BD INTIMA-II 24GAX0.75IN PRN SLM NPVC
Report
- Report Number
- 3002601200-2024-00424
- Event Type
- Malfunction
- Date Received
- September 4, 2024
- Date of Event
- August 3, 2024
- Report Date
- October 14, 2024
- Manufacturer
- BD SUZHOU (MDS)
- Product Code
- FOZ
- UDI-DI
- 00382903830787
- PMA / PMN Number
- UNK
- Product Problem
- Yes
- Report Source
- Manufacturer report
- Reporter Location
- CH
- Reporter Occupation
- OTHER HEALTH CARE PROFESSIONAL
- Health Professional
- Yes
Narratives
H.3. IF A DEVICE EVALUATION AND/OR DEVICE HISTORY REVIEW IS COMPLETED, A SUPPLEMENTAL REPORT WILL BE FILED.

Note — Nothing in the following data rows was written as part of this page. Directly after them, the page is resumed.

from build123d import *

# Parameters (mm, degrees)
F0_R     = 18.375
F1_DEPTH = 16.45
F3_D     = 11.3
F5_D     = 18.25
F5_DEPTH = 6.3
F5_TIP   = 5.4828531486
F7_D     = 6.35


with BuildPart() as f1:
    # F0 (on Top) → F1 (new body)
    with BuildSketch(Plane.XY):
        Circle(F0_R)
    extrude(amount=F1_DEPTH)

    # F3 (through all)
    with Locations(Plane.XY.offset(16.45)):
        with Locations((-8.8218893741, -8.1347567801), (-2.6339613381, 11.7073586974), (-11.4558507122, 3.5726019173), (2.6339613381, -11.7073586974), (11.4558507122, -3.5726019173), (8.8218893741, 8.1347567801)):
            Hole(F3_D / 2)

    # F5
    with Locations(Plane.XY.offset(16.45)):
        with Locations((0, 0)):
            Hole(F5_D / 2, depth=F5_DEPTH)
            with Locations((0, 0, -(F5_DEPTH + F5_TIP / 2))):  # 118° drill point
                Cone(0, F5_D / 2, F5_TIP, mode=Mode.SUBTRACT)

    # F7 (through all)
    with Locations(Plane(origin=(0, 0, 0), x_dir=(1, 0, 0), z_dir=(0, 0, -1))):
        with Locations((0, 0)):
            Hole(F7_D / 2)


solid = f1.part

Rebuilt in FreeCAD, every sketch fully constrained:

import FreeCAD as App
import Part
import Sketcher
Q = App.Units.Quantity

doc = App.newDocument("Part")
body = doc.addObject("PartDesign::Body", "Body")

# Sketch on XY plane
sketch1 = body.newObject("Sketcher::SketchObject", "Sketch")
sketch1.AttachmentSupport = (doc.getObject("XY_Plane"), [""])
sketch1.MapMode = "FlatFace"
sketch1.addGeometry(Part.Circle(App.Vector(0, 0, 0), App.Vector(0, 0, 1), 18), False)
sketch1.addConstraint([
    Sketcher.Constraint("Coincident", 0, 3, -1, 1),
    Sketcher.Constraint("Diameter", 0, Q("36.75 mm")),
])
pad1 = body.newObject("PartDesign::Pad", "Pad")
pad1.Profile = sketch1
pad1.Length = 16.45

# Sketch on XY plane
sketch2 = body.newObject("Sketcher::SketchObject", "Sketch001")
sketch2.AttachmentSupport = (doc.getObject("XY_Plane"), [""])
sketch2.MapMode = "FlatFace"
sketch2.AttachmentOffset = App.Placement(App.Vector(0, 0, 16.45), App.Rotation())
sketch2.addGeometry([
    Part.Circle(App.Vector(-9, -8, 0), App.Vector(0, 0, 1), 6),  # 0
    Part.Circle(App.Vector(-3, 12, 0), App.Vector(0, 0, 1), 6),  # 1
    Part.Circle(App.Vector(-11, 4, 0), App.Vector(0, 0, 1), 6),  # 2
    Part.Circle(App.Vector(3, -12, 0), App.Vector(0, 0, 1), 6),  # 3
    Part.Circle(App.Vector(11, -4, 0), App.Vector(0, 0, 1), 6),  # 4
    Part.Circle(App.Vector(9, 8, 0), App.Vector(0, 0, 1), 6),  # 5
], False)
sketch2.addConstraint([
    Sketcher.Constraint("Equal", 0, 1),
    Sketcher.Constraint("Equal", 1, 2),
    Sketcher.Constraint("Equal", 2, 3),
    Sketcher.Constraint("Equal", 3, 4),
    Sketcher.Constraint("Equal", 4, 5),
    Sketcher.Constraint("Symmetric", 1, 3, 3, 3, -1, 1),
    Sketcher.Constraint("Symmetric", 2, 3, 4, 3, -1, 1),
    Sketcher.Constraint("Symmetric", 0, 3, 5, 3, -1, 1),
    Sketcher.Constraint("Diameter", 0, Q("11.3 mm")),
    Sketcher.Constraint("DistanceY", -1, 1, 2, 3, Q("3.572602 mm")),
    Sketcher.Constraint("DistanceY", 3, 3, 0, 3, Q("3.572602 mm")),
    Sketcher.Constraint("DistanceX", 2, 3, 4, 3, Q("22.911701 mm")),
    Sketcher.Constraint("DistanceX", 0, 3, -1, 1, Q("8.821889 mm")),
    Sketcher.Constraint("DistanceX", 1, 3, -1, 1, Q("2.633961 mm")),
    Sketcher.Constraint("DistanceY", -1, 1, 1, 3, Q("11.707359 mm")),
])
doc.recompute()
hole = body.newObject("PartDesign::Hole", "Hole")
hole.Profile = sketch2
hole.ThreadType = "None"
hole.Diameter = 11.3
hole.DepthType = "ThroughAll"

# Sketch on XY plane
sketch3 = body.newObject("Sketcher::SketchObject", "Sketch002")
sketch3.AttachmentSupport = (doc.getObject("XY_Plane"), [""])
sketch3.MapMode = "FlatFace"
sketch3.AttachmentOffset = App.Placement(App.Vector(0, 0, 16.45), App.Rotation())
sketch3.addGeometry(Part.Circle(App.Vector(0, 0, 0), App.Vector(0, 0, 1), 9), False)
sketch3.addConstraint([
    Sketcher.Constraint("Coincident", 0, 3, -1, 1),
    Sketcher.Constraint("Diameter", 0, Q("18.25 mm")),
])
doc.recompute()
hole2 = body.newObject("PartDesign::Hole", "Hole001")
hole2.Profile = sketch3
hole2.ThreadType = "None"
hole2.Diameter = 18.25
hole2.DepthType = "Dimension"
hole2.Depth = 6.3
hole2.DrillPoint = "Angled"
hole2.DrillPointAngle = 118

# Sketch on XY plane
sketch4 = body.newObject("Sketcher::SketchObject", "Sketch003")
sketch4.AttachmentSupport = (doc.getObject("XY_Plane"), [""])
sketch4.MapMode = "FlatFace"
sketch4.addGeometry(Part.Circle(App.Vector(0, 0, 0), App.Vector(0, 0, 1), 3.2), False)
sketch4.addConstraint([
    Sketcher.Constraint("Coincident", 0, 3, -1, 1),
    Sketcher.Constraint("Diameter", 0, Q("6.35 mm")),
])
doc.recompute()
hole3 = body.newObject("PartDesign::Hole", "Hole002")
hole3.Profile = sketch4
hole3.ThreadType = "None"
hole3.Diameter = 6.35
hole3.DepthType = "ThroughAll"
hole3.Reversed = True

doc.recompute()
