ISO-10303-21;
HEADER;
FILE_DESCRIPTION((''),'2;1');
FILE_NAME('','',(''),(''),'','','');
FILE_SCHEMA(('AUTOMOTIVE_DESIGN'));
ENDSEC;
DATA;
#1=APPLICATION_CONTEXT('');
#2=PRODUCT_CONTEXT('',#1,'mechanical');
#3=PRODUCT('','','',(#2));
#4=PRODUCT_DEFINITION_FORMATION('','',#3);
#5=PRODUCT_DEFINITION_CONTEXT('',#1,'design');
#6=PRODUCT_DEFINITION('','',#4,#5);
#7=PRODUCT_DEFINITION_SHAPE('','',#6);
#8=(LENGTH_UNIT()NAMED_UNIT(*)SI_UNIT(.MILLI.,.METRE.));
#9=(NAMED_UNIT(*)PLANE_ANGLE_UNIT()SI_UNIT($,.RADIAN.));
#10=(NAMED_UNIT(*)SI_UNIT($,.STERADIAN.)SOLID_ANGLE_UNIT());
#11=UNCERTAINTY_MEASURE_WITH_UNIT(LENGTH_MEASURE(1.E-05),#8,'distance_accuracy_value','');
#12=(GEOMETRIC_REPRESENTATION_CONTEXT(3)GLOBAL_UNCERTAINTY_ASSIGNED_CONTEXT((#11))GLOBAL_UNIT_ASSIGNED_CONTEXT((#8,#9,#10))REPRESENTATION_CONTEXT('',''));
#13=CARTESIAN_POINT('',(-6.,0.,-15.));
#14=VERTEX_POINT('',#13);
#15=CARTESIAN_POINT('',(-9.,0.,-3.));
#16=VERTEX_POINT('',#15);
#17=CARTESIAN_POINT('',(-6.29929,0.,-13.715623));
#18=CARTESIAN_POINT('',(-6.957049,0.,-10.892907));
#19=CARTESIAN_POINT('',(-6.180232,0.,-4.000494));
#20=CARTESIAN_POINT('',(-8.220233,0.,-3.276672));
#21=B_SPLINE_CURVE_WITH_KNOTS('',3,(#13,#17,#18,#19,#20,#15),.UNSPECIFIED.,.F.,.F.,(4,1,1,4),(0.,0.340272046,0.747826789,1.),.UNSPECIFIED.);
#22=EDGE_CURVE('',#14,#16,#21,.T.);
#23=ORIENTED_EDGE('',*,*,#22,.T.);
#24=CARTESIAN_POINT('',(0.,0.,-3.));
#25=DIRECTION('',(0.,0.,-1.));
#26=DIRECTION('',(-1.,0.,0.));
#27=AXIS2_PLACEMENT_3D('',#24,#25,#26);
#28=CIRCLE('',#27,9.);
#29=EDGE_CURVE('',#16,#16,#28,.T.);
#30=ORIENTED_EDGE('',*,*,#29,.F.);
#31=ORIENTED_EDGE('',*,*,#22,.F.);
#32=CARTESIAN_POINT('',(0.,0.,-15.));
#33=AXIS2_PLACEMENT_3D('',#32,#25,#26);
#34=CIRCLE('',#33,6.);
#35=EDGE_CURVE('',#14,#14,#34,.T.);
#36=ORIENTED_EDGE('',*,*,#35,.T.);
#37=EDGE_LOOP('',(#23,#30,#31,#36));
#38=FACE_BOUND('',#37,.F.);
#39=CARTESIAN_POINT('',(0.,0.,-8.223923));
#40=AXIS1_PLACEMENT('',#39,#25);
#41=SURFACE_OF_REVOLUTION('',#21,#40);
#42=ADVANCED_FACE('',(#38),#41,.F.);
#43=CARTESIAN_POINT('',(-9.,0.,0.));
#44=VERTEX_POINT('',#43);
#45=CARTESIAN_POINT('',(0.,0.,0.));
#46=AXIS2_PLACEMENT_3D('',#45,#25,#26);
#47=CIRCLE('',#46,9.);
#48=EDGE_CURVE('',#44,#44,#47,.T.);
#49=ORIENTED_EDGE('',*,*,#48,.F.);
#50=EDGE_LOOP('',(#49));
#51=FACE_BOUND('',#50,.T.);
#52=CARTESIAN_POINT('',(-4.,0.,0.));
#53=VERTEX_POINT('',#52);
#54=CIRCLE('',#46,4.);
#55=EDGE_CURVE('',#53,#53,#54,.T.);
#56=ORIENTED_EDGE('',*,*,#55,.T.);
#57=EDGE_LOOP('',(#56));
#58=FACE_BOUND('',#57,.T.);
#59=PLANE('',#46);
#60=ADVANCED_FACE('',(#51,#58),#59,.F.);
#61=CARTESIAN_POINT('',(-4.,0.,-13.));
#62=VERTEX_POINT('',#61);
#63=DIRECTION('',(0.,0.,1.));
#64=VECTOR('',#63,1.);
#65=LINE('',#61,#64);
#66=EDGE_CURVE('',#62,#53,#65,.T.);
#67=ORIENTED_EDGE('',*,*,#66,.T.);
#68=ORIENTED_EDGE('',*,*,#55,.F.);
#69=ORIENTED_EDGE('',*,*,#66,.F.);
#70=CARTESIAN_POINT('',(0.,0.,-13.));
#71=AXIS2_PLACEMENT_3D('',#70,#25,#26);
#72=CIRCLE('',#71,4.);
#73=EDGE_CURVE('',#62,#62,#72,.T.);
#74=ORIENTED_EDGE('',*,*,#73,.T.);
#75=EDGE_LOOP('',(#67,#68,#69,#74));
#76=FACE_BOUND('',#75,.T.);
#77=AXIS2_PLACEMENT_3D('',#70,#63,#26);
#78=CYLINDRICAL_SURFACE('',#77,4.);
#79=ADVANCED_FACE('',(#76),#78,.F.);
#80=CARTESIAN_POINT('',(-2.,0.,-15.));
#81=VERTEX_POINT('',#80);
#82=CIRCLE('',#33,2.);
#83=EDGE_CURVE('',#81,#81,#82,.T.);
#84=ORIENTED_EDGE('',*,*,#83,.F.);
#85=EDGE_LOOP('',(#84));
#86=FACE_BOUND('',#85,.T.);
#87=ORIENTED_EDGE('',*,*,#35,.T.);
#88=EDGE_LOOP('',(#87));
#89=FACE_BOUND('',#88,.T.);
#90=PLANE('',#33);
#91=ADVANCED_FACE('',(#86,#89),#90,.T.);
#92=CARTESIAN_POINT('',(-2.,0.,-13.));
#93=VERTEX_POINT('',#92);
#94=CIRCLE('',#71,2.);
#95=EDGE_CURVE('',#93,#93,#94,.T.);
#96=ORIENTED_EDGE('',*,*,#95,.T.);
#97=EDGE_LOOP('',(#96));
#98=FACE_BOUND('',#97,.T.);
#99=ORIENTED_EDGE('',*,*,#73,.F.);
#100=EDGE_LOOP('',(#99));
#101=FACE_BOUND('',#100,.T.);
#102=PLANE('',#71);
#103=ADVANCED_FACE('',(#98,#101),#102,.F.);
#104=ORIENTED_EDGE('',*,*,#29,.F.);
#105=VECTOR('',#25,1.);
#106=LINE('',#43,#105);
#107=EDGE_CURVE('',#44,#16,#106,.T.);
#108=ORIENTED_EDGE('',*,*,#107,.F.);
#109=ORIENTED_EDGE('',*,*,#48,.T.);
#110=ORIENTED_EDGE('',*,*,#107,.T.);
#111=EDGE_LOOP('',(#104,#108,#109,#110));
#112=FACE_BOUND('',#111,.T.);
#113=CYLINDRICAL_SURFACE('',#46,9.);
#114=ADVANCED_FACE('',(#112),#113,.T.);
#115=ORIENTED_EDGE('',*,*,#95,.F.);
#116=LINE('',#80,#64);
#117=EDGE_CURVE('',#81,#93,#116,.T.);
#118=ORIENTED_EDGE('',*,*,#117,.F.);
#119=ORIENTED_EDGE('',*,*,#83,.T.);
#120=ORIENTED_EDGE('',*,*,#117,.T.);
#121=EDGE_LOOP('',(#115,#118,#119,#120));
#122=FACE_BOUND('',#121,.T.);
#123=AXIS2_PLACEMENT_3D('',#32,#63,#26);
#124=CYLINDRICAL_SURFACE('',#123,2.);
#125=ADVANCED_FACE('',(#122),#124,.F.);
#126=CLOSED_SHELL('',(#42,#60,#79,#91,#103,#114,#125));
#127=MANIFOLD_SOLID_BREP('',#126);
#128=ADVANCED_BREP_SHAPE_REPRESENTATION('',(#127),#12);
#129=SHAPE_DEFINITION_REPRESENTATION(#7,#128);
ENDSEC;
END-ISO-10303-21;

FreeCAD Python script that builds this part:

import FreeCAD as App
import Part
import Sketcher

doc = App.newDocument("Part")
body = doc.addObject("PartDesign::Body", "Body")

sketch1 = body.newObject("Sketcher::SketchObject", "Sketch")
sketch1.AttachmentSupport = (doc.getObject("XZ_Plane"), [""])
sketch1.MapMode = "FlatFace"
sketch1.addGeometry([
    Part.LineSegment(App.Vector(-4, 0, 0), App.Vector(-9, 0, 0)),
    Part.LineSegment(App.Vector(-9, 0, 0), App.Vector(-9, -3, 0)),
    Part.BSplineCurve([App.Vector(-6, -15, 0), App.Vector(-6.29929, -13.715623, 0), App.Vector(-6.957049, -10.892907, 0), App.Vector(-6.180232, -4.000494, 0), App.Vector(-8.220233, -3.276672, 0), App.Vector(-9, -3, 0)], [4, 1, 1, 4], [0, 0.340272046, 0.747826789, 1], False, 3, [1, 1, 1, 1, 1, 1], False),
    Part.LineSegment(App.Vector(-6, -15, 0), App.Vector(-2, -15, 0)),
    Part.LineSegment(App.Vector(-2, -15, 0), App.Vector(-2, -13, 0)),
    Part.LineSegment(App.Vector(-2, -13, 0), App.Vector(-4, -13, 0)),
    Part.LineSegment(App.Vector(-4, -13, 0), App.Vector(-4, 0, 0)),
], False)
sketch1.addConstraint([
    Sketcher.Constraint("Block", 2),
    Sketcher.Constraint("Coincident", 0, 2, 1, 1),
    Sketcher.Constraint("Coincident", 1, 2, 2, 2),
    Sketcher.Constraint("Coincident", 2, 1, 3, 1),
    Sketcher.Constraint("Coincident", 3, 2, 4, 1),
    Sketcher.Constraint("Coincident", 4, 2, 5, 1),
    Sketcher.Constraint("Coincident", 5, 2, 6, 1),
    Sketcher.Constraint("Coincident", 6, 2, 0, 1),
    Sketcher.Constraint("Horizontal", 0),
    Sketcher.Constraint("Vertical", 1),
    Sketcher.Constraint("Horizontal", 3),
    Sketcher.Constraint("Vertical", 4),
    Sketcher.Constraint("Horizontal", 5),
    Sketcher.Constraint("Vertical", 6),
    Sketcher.Constraint("PointOnObject", 0, 2, -1),
    Sketcher.Constraint("DistanceX", 0, 2, 0, 1, 5.0),
    Sketcher.Constraint("DistanceX", 3, 1, 3, 2, 4.0),
    Sketcher.Constraint("DistanceY", 4, 1, 4, 2, 2.0),
])
revolution = body.newObject("PartDesign::Revolution", "Revolution")
revolution.Profile = sketch1
revolution.ReferenceAxis = (sketch1, ["V_Axis"])
revolution.Angle = 360

doc.recompute()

1. THE CUSTOMER RETURNED 1 PHOTO BUT DID NOT RETURN THE DEFECTIVE SAMPLE. THE PHOTO SHOWS BLOOD OOZING FROM THE END OF THE SEPTUM. 2. DHR/BHR REVIEW LOT#4052015 1-THE PRODUCTS OF THIS BATCH WERE ASSEMBLED AT INTIMA II AUTO LINE 2 IN MAY 2024, AND PACKAGED AT R240 PACKAGE LINE AND CFS PACKAGE LINE IN MAY 2024. WORK ORDER QUANTITY WAS (B)(4) EA. 2-REVIEW THE IN-PROCESS TEST REPORTS AND OUTGOING TEST REPORTS, AND ALL TEST RESULTS MEET THE PRODUCT SPECIFICATIONS. 3-REVIEW THE PRODUCTION RECORDS WITH NO NONCONFORMANCE, DEVIATION OR REWORK ACTIVITIES. 4-THE PLANT HAS LAUNCHED CAPA TO INVESTIGATE THE LEAKAGE AT THE SEPTUM 3. AS THE PLANT RECEIVED SIMILAR COMPLAINTS FROM OTHER BATCHES OF PRODUCTS, 800MM SIMULATED CLINICAL LEAKAGE TEST WAS CONDUCTED ON THE RETAINED SAMPLES OF THIS BATCH, AND IT WAS FOUND THAT A FEW SAMPLES LEAKED AT THE END OF THE SEPTUM AFTER THE NEEDLE TIP WAS INSERTED INTO THE TEST DEVICE, AND THE LEAKAGE STOPPED AFTER THE NEEDLE CORE WAS PULLED OUT. 4. NO SIMILAR COMPLAINTS HAVE BEEN RECEIVED FROM OTHER HOSPITALS REGARDING THIS BATCH OF PRODUCTS. CONCLUSION(S): NO ABNORMALITY IS FOUND IN THE PRODUCTION PROCESS. THE RETURNED PHOTO SHOWS BLOOD OOZING FROM THE END OF THE SEPTUM. IN RESPONSE TO THIS DEFECT, THE PLANT HAS LAUNCHED CAPA TO TRACE AND INVESTIGATE ITS ROOT CAUSE.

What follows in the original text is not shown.